• Goal of the exercise
From the data below, set down exactly the lines between the one holding "e6 v7 v6 LINE" and the one holding "e12 v11 v12", inclusive, and no others.

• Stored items
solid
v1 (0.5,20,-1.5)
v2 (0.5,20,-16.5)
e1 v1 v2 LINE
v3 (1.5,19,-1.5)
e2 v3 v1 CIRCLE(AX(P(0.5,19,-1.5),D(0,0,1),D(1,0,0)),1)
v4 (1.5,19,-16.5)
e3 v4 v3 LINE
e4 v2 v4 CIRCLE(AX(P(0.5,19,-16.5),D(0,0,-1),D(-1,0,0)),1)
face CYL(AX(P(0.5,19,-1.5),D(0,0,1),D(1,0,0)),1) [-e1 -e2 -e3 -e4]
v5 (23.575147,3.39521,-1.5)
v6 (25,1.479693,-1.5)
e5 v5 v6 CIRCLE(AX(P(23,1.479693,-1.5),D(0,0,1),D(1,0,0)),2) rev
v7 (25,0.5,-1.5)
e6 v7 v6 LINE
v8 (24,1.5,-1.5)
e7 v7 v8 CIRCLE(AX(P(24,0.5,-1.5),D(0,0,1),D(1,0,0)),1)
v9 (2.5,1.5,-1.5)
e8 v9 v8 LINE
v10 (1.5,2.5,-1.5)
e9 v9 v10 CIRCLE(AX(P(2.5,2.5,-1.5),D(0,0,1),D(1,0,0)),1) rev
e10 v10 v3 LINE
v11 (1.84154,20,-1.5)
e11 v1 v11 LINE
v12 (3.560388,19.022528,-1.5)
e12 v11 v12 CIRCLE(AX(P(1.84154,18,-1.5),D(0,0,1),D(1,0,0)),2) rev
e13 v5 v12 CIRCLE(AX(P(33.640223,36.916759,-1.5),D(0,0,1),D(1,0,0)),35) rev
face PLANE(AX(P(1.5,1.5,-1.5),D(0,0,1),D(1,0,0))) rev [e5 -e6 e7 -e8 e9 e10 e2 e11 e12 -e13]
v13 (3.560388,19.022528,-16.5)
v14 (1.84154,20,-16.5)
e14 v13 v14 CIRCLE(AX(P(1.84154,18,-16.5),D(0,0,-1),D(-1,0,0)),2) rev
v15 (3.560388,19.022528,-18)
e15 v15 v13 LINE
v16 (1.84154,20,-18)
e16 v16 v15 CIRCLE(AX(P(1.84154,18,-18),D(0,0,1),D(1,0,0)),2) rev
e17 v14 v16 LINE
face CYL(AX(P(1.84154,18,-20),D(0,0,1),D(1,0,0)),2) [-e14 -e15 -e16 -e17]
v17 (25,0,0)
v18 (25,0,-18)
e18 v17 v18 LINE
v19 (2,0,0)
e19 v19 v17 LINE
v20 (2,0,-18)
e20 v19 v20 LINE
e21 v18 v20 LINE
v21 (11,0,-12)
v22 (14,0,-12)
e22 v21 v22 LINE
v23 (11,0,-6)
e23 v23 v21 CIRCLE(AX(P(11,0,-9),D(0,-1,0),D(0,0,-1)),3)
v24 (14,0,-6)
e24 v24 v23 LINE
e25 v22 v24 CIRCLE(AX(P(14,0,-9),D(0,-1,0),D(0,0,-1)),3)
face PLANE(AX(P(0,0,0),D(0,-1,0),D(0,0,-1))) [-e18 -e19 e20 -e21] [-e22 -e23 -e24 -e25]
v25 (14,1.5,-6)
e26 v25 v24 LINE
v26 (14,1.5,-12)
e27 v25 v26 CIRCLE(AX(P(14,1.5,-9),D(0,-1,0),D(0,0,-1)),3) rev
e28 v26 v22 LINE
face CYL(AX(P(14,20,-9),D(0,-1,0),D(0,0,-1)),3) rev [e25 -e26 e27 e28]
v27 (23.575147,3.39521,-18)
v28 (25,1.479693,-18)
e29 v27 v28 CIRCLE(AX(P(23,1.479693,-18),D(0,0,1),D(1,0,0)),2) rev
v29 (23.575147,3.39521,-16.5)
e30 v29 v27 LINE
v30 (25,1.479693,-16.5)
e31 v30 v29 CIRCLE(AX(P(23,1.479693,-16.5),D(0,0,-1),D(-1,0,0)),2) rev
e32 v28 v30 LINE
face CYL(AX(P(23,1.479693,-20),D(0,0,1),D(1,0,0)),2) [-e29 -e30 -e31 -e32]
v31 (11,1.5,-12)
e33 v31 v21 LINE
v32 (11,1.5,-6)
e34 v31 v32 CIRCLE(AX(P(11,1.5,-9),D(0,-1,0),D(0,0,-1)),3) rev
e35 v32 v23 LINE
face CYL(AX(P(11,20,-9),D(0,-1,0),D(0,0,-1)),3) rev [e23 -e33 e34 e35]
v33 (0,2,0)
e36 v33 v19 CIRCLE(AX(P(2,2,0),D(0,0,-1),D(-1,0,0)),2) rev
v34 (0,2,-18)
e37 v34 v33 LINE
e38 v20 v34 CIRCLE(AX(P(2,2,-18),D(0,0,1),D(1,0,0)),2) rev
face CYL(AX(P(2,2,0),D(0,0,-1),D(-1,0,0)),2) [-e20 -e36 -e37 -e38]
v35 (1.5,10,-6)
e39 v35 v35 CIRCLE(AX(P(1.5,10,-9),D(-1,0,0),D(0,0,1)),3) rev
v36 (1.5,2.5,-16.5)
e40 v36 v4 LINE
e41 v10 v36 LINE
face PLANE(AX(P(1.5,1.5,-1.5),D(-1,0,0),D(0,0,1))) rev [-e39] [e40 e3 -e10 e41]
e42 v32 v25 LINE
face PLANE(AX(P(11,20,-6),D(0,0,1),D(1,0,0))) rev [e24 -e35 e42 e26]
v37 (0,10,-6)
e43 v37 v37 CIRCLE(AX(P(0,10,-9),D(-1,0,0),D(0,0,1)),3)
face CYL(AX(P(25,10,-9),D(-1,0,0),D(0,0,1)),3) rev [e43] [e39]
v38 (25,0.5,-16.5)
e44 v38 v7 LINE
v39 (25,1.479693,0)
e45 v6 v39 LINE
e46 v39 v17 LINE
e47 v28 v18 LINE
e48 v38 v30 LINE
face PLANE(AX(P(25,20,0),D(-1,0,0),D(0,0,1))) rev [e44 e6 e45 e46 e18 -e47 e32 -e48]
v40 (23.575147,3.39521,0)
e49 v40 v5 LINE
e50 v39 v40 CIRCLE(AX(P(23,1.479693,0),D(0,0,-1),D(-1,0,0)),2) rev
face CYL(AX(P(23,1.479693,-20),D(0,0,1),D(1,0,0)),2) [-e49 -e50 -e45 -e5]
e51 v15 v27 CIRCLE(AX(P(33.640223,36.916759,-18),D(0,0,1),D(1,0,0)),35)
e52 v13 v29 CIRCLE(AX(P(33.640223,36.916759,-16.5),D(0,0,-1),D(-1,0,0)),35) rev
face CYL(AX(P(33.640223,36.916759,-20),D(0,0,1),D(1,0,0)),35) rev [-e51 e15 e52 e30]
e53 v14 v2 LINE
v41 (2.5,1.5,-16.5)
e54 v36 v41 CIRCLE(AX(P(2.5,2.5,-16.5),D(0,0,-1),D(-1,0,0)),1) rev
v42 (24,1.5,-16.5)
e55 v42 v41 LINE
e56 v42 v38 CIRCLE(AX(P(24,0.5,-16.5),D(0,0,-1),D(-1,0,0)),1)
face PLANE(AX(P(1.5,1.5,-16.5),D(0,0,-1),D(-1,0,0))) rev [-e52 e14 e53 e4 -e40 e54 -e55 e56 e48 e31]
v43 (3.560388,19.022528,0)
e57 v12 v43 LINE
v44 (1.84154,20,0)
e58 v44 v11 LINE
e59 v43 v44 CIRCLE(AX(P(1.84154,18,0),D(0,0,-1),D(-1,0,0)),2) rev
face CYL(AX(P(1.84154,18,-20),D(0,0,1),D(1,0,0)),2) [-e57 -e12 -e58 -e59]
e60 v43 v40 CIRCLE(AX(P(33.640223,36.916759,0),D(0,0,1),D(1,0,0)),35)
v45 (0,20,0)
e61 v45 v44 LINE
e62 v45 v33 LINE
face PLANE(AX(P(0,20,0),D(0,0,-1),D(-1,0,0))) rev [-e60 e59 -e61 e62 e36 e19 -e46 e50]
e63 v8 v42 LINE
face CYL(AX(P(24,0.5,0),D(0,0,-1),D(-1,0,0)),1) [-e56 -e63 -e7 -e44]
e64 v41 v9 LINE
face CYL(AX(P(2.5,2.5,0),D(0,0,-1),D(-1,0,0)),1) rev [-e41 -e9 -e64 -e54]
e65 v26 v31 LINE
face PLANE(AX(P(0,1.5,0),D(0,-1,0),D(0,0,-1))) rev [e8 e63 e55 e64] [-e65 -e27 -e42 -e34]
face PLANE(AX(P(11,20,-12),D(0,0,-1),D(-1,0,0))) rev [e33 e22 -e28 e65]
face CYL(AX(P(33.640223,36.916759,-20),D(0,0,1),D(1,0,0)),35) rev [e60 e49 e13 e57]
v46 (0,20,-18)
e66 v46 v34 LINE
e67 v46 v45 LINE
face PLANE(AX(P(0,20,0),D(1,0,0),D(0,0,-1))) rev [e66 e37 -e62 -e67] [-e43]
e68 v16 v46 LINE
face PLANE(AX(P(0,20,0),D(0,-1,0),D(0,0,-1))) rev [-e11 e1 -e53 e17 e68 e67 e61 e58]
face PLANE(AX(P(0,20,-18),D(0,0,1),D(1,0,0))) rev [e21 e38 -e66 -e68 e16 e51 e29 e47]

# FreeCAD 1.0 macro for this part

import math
import FreeCAD as App
import Part
import Sketcher
from FreeCAD import Vector
Q = App.Units.Quantity


def edges_at(feature, points):
    """Names of the edges that pass closest to the given points."""
    edges = feature.Shape.Edges
    near = lambda p: min(range(len(edges)), key=lambda i: edges[i].distToShape(Part.Vertex(*p))[0])
    return sorted({f"Edge{near(p) + 1}" for p in points})

doc = App.newDocument("Part")
params = doc.addObject("Spreadsheet::Sheet", "Params")
for row, (alias, value) in enumerate([
    ("sketch1_width", "25 mm"),
    ("sketch1_height", "18 mm"),
    ("pad1_length", "20 mm"),
    ("sketch2_radius", "35 mm"),
    ("pocket1_length", "20 mm"),
    ("sketch3_diameter", "6 mm"),
    ("sketch4_radius", "3 mm"),
    ("sketch4_width", "3 mm"),
    ("sketch5_height", "15 mm"),
    ("sketch5_width", "23.5 mm"),
    ("pocket4_length", "18.5 mm"),
    ("fillet_radius", "1 mm"),
    ("fillet2_radius", "2 mm"),
], start=1):
    params.set(f"A{row}", alias)
    params.set(f"B{row}", "=" + value)
    params.setAlias(f"B{row}", alias)

body = doc.addObject("PartDesign::Body", "Body")

# Sketch on XZ plane
sketch1 = body.newObject("Sketcher::SketchObject", "Sketch")
sketch1.AttachmentSupport = (doc.getObject("XZ_Plane"), [""])
sketch1.MapMode = "FlatFace"
sketch1.addGeometry(Part.LineSegment(Vector(0, -18, 0), Vector(0, 0, 0)), False)
sketch1.addGeometry(Part.LineSegment(Vector(0, 0, 0), Vector(25, 0, 0)), False)
sketch1.addGeometry(Part.LineSegment(Vector(25, 0, 0), Vector(25, -18, 0)), False)
sketch1.addGeometry(Part.LineSegment(Vector(25, -18, 0), Vector(0, -18, 0)), False)
sketch1.addConstraint(Sketcher.Constraint("Coincident", 0, 2, 1, 1))
sketch1.addConstraint(Sketcher.Constraint("Coincident", 1, 2, 2, 1))
sketch1.addConstraint(Sketcher.Constraint("Coincident", 2, 2, 3, 1))
sketch1.addConstraint(Sketcher.Constraint("Coincident", 3, 2, 0, 1))
sketch1.addConstraint(Sketcher.Constraint("Vertical", 0))
sketch1.addConstraint(Sketcher.Constraint("Horizontal", 1))
sketch1.addConstraint(Sketcher.Constraint("Vertical", 2))
sketch1.addConstraint(Sketcher.Constraint("Horizontal", 3))
sketch1.addConstraint(Sketcher.Constraint("Coincident", 0, 2, -1, 1))
sketch1.addConstraint(Sketcher.Constraint("DistanceX", 1, 1, 1, 2, Q("25 mm")))
sketch1.addConstraint(Sketcher.Constraint("DistanceY", 0, 1, 0, 2, Q("18 mm")))
sketch1.setExpression("Constraints[9]", "Params.sketch1_width")
sketch1.setExpression("Constraints[10]", "Params.sketch1_height")
pad1 = body.newObject("PartDesign::Pad", "Pad")
pad1.Profile = sketch1
pad1.setExpression("Length", "Params.pad1_length")
pad1.Reversed = True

• Response
e6 v7 v6 LINE
v8 (24,1.5,-1.5)
e7 v7 v8 CIRCLE(AX(P(24,0.5,-1.5),D(0,0,1),D(1,0,0)),1)
v9 (2.5,1.5,-1.5)
e8 v9 v8 LINE
v10 (1.5,2.5,-1.5)
e9 v9 v10 CIRCLE(AX(P(2.5,2.5,-1.5),D(0,0,1),D(1,0,0)),1) rev
e10 v10 v3 LINE
v11 (1.84154,20,-1.5)
e11 v1 v11 LINE
v12 (3.560388,19.022528,-1.5)
e12 v11 v12 CIRCLE(AX(P(1.84154,18,-1.5),D(0,0,1),D(1,0,0)),2) rev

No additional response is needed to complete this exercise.